### DESCRIPTION OF THE TASK
First find the line with "face CYL(AX(P(75.8,96,0),D(0,0,1),D(1,0,0)),1.5) rev" in the entries below, then set down exactly every line through the line with "FreeCAD Python script", that line included.

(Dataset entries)
=== Section Start ===

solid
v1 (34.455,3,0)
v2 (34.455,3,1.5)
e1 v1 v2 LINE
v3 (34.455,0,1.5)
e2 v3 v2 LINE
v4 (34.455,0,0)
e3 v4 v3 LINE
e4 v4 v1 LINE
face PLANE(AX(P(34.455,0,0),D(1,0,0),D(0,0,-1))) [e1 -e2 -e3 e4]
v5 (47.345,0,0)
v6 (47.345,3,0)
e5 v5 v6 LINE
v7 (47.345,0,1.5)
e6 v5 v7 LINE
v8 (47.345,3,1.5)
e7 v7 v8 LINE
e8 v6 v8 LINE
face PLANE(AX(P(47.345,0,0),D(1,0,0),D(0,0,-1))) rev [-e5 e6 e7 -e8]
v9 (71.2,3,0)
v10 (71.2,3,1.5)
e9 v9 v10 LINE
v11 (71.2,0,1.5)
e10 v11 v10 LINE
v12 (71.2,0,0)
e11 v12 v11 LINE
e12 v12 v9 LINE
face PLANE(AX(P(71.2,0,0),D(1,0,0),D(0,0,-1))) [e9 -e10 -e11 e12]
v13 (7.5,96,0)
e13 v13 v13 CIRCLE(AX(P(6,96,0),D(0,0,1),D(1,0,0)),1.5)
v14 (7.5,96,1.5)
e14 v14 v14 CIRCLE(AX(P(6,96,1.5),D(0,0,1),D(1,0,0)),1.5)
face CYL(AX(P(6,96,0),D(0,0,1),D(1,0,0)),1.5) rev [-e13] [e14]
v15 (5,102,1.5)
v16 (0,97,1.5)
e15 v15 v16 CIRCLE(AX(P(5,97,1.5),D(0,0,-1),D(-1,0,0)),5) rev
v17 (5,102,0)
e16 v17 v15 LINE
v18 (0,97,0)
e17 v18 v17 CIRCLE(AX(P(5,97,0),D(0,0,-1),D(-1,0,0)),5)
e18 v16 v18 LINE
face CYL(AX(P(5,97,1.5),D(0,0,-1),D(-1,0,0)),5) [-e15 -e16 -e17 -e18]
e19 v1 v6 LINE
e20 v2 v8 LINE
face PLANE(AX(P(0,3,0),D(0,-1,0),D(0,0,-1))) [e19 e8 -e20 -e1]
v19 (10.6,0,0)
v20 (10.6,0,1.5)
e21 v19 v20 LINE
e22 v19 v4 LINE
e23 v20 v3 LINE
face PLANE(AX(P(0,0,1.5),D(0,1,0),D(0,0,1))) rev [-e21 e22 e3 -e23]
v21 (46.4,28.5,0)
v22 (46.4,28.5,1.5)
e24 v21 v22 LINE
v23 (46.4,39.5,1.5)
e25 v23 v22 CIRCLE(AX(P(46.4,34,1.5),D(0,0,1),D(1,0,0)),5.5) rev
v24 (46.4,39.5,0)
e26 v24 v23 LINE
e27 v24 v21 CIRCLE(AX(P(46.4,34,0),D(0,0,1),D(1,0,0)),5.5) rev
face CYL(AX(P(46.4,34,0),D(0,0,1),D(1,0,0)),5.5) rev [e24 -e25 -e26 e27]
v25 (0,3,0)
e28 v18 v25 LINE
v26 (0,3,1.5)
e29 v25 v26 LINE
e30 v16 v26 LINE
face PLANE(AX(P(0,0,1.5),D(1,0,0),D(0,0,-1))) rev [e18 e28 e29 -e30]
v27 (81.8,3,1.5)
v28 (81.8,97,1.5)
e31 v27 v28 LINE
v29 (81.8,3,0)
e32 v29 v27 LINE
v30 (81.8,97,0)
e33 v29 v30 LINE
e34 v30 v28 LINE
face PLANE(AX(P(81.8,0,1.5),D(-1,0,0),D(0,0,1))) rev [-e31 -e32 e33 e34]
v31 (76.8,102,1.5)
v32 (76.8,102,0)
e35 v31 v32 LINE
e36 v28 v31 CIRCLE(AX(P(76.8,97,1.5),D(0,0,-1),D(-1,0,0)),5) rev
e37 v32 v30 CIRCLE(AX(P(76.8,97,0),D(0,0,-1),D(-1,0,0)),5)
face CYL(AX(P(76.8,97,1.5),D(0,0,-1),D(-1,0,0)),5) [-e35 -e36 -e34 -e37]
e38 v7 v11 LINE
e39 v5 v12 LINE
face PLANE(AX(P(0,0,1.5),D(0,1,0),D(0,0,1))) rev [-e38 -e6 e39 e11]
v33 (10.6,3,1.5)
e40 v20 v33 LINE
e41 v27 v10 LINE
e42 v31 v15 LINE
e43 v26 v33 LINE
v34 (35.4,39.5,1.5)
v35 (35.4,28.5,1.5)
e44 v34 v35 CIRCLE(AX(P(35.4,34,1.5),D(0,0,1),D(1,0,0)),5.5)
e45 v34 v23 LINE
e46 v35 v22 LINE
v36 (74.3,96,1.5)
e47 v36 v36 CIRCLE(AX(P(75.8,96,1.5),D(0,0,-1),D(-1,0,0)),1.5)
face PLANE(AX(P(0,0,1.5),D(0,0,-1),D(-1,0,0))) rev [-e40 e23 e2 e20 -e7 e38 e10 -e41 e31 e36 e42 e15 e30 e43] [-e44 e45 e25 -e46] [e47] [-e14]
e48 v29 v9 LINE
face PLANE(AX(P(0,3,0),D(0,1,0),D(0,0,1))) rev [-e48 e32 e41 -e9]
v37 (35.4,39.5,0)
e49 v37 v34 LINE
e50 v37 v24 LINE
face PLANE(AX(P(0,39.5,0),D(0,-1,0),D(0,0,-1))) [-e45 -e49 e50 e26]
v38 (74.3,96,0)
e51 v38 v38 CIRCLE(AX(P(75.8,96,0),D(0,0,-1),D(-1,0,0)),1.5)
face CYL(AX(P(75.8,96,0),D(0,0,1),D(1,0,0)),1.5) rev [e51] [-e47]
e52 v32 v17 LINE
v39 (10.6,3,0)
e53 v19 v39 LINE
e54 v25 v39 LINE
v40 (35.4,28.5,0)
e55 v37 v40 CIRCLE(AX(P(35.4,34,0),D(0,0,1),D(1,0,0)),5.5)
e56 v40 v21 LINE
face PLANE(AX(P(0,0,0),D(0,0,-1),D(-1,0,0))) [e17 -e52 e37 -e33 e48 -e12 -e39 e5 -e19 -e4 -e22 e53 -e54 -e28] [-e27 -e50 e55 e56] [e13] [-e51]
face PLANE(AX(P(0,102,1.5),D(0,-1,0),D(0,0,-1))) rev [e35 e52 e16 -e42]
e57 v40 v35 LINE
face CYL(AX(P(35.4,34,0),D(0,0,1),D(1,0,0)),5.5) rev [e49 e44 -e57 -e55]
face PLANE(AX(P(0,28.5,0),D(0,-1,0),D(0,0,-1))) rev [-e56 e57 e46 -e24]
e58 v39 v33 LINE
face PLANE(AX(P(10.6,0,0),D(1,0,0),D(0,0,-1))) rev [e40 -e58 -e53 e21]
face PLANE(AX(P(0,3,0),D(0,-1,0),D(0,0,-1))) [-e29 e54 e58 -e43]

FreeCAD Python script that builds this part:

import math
import FreeCAD as App
import Part
import Sketcher
Q = App.Units.Quantity


def edges_at(feature, points):
    """Names of the edges that pass closest to the given points."""
    edges = feature.Shape.Edges
    near = lambda p: min(range(len(edges)), key=lambda i: edges[i].distToShape(Part.Vertex(*p))[0])
    return sorted({f"Edge{near(p) + 1}" for p in points})


def add_polygon(sketch, points):
    """Adds a closed chain of lines whose ends are joined by coincident constraints."""
    first, n = sketch.GeometryCount, len(points)
    for a, b in zip(points, points[1:] + points[:1]):
        sketch.addGeometry(Part.LineSegment(App.Vector(*a, 0), App.Vector(*b, 0)), False)
    for i in range(n):
        sketch.addConstraint(Sketcher.Constraint("Coincident", first + i, 2, first + (i + 1) % n, 1))

doc = App.newDocument("Part")
body = doc.addObject("PartDesign::Body", "Body")

sketch1 = doc.addObject("Sketcher::SketchObject", "Sketch")
body.addObject(sketch1)
sketch1.AttachmentSupport = (doc.XY_Plane, [""])
sketch1.MapMode = "FlatFace"
add_polygon(sketch1, [(0, 102), (0, 0), (81.8, 0), (81.8, 102)])
sketch1.addConstraint([
    Sketcher.Constraint("Vertical", 0),
    Sketcher.Constraint("Horizontal", 1),
    Sketcher.Constraint("Vertical", 2),
    Sketcher.Constraint("Horizontal", 3),
    Sketcher.Constraint("Coincident", 0, 2, -1, 1),
    Sketcher.Constraint("DistanceY", 0, 2, 0, 1, Q("102 mm")),
    Sketcher.Constraint("DistanceX", 1, 1, 1, 2, Q("81.8 mm")),
])
pad1 = doc.addObject("PartDesign::Pad", "Pad")
body.addObject(pad1)
pad1.Profile = sketch1
pad1.Length = 1.5

sketch2 = doc.addObject("Sketcher::SketchObject", "Sketch001")
body.addObject(sketch2)
sketch2.AttachmentSupport = (doc.XY_Plane, [""])
sketch2.MapMode = "FlatFace"
sketch2.AttachmentOffset = App.Placement(App.Vector(0, 0, 1.5), App.Rotation())
add_polygon(sketch2, [(0, 3), (0, 0), (10.6, 0), (10.6, 3)])
add_polygon(sketch2, [(47.345, 0), (47.345, 3), (34.455, 3), (34.455, 0)])
add_polygon(sketch2, [(71.2, 3), (71.2, 0), (81.8, 0), (81.8, 3)])
sketch2.addGeometry(Part.Circle(App.Vector(6, 96, 0), App.Vector(0, 0, 1), 1.5), False)
sketch2.addGeometry(Part.Circle(App.Vector(75.8, 96, 0), App.Vector(0, 0, 1), 1.5), False)
sketch2.addConstraint([
    Sketcher.Constraint("Vertical", 0),
    Sketcher.Constraint("Horizontal", 1),
    Sketcher.Constraint("Vertical", 2),
    Sketcher.Constraint("Horizontal", 3),
    Sketcher.Constraint("Vertical", 4),
    Sketcher.Constraint("Horizontal", 5),
    Sketcher.Constraint("Vertical", 6),
    Sketcher.Constraint("Horizontal", 7),
    Sketcher.Constraint("Vertical", 8),
    Sketcher.Constraint("Horizontal", 9),
    Sketcher.Constraint("Vertical", 10),
    Sketcher.Constraint("Horizontal", 11),
    Sketcher.Constraint("Coincident", 0, 2, -1, 1),
    Sketcher.Constraint("Equal", 12, 13),
    Sketcher.Constraint("PointOnObject", 6, 2, -1),
    Sketcher.Constraint("PointOnObject", 8, 2, -1),
    Sketcher.Constraint("Horizontal", 12, 3, 13, 3),
    Sketcher.Constraint("Horizontal", 3, 2, 4, 2),
    Sketcher.Constraint("Horizontal", 5, 2, 10, 2),
    Sketcher.Constraint("Equal", 3, 9),
    Sketcher.Constraint("Diameter", 12, Q("3 mm")),
    Sketcher.Constraint("DistanceY", 0, 2, 0, 1, Q("3 mm")),
    Sketcher.Constraint("DistanceX", 1, 1, 1, 2, Q("10.6 mm")),
    Sketcher.Constraint("DistanceX", -1, 1, 12, 3, Q("6 mm")),
    Sketcher.Constraint("DistanceY", -1, 1, 12, 3, Q("96 mm")),
    Sketcher.Constraint("DistanceX", 5, 2, 5, 1, Q("12.89 mm")),
    Sketcher.Constraint("DistanceX", -1, 1, 13, 3, Q("75.8 mm")),
    Sketcher.Constraint("DistanceX", -1, 1, 8, 2, Q("71.2 mm")),
    Sketcher.Constraint("DistanceX", -1, 1, 4, 2, Q("47.345 mm")),
])
pocket1 = doc.addObject("PartDesign::Pocket", "Pocket")
body.addObject(pocket1)
pocket1.Profile = sketch2
pocket1.Type = "ThroughAll"

sketch3 = doc.addObject("Sketcher::SketchObject", "Sketch002")
body.addObject(sketch3)
sketch3.AttachmentSupport = (doc.XY_Plane, [""])
sketch3.MapMode = "FlatFace"
sketch3.AttachmentOffset = App.Placement(App.Vector(0, 0, 1.5), App.Rotation())
sketch3.addGeometry([
    Part.ArcOfCircle(Part.Circle(App.Vector(35.4, 34, 0), App.Vector(0, 0, 1), 5.5), math.radians(90), math.radians(180)),
    Part.ArcOfCircle(Part.Circle(App.Vector(35.4, 34, 0), App.Vector(0, 0, 1), 5.5), math.radians(180), math.radians(270)),
    Part.LineSegment(App.Vector(35.4, 28.5, 0), App.Vector(46.4, 28.5, 0)),
    Part.ArcOfCircle(Part.Circle(App.Vector(46.4, 34, 0), App.Vector(0, 0, 1), 5.5), math.radians(-90), math.radians(0)),
    Part.ArcOfCircle(Part.Circle(App.Vector(46.4, 34, 0), App.Vector(0, 0, 1), 5.5), math.radians(0), math.radians(90)),
    Part.LineSegment(App.Vector(46.4, 39.5, 0), App.Vector(35.4, 39.5, 0)),
], False)
sketch3.addConstraint([
    Sketcher.Constraint("Tangent", 0, 2, 1, 1),
    Sketcher.Constraint("Tangent", 1, 2, 2, 1),
    Sketcher.Constraint("Tangent", 2, 2, 3, 1),
    Sketcher.Constraint("Tangent", 3, 2, 4, 1),
    Sketcher.Constraint("Tangent", 4, 2, 5, 1),
    Sketcher.Constraint("Tangent", 5, 2, 0, 1),
    Sketcher.Constraint("Horizontal", 2),
    Sketcher.Constraint("Horizontal", 5),
    Sketcher.Constraint("Equal", 0, 1),
    Sketcher.Constraint("Equal", 1, 3),
    Sketcher.Constraint("Horizontal", 4, 3, 0, 2),
    Sketcher.Constraint("Horizontal", 0, 2, 3, 2),
    Sketcher.Constraint("Radius", 0, Q("5.5 mm")),
    Sketcher.Constraint("DistanceX", 2, 1, 2, 2, Q("11 mm")),
    Sketcher.Constraint("DistanceY", -1, 1, 0, 3, Q("34 mm")),
    Sketcher.Constraint("DistanceX", -1, 1, 0, 3, Q("35.4 mm")),
])
pocket2 = doc.addObject("PartDesign::Pocket", "Pocket001")
body.addObject(pocket2)
pocket2.Profile = sketch3
pocket2.Type = "ThroughAll"
doc.recompute()

fillet = doc.addObject("PartDesign::Fillet", "Fillet")
body.addObject(fillet)
fillet.Base = (pocket2, edges_at(pocket2, [(0, 102, 0.75), (81.8, 102, 0.75)]))
fillet.Radius = 5

doc.recompute()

=== Section End ===

### RESPONSE AREA
face CYL(AX(P(75.8,96,0),D(0,0,1),D(1,0,0)),1.5) rev [e51] [-e47]
e52 v32 v17 LINE
v39 (10.6,3,0)
e53 v19 v39 LINE
e54 v25 v39 LINE
v40 (35.4,28.5,0)
e55 v37 v40 CIRCLE(AX(P(35.4,34,0),D(0,0,1),D(1,0,0)),5.5)
e56 v40 v21 LINE
face PLANE(AX(P(0,0,0),D(0,0,-1),D(-1,0,0))) [e17 -e52 e37 -e33 e48 -e12 -e39 e5 -e19 -e4 -e22 e53 -e54 -e28] [-e27 -e50 e55 e56] [e13] [-e51]
face PLANE(AX(P(0,102,1.5),D(0,-1,0),D(0,0,-1))) rev [e35 e52 e16 -e42]
e57 v40 v35 LINE
face CYL(AX(P(35.4,34,0),D(0,0,1),D(1,0,0)),5.5) rev [e49 e44 -e57 -e55]
face PLANE(AX(P(0,28.5,0),D(0,-1,0),D(0,0,-1))) rev [-e56 e57 e46 -e24]
e58 v39 v33 LINE
face PLANE(AX(P(10.6,0,0),D(1,0,0),D(0,0,-1))) rev [e40 -e58 -e53 e21]
face PLANE(AX(P(0,3,0),D(0,-1,0),D(0,0,-1))) [-e29 e54 e58 -e43]

FreeCAD Python script that builds this part:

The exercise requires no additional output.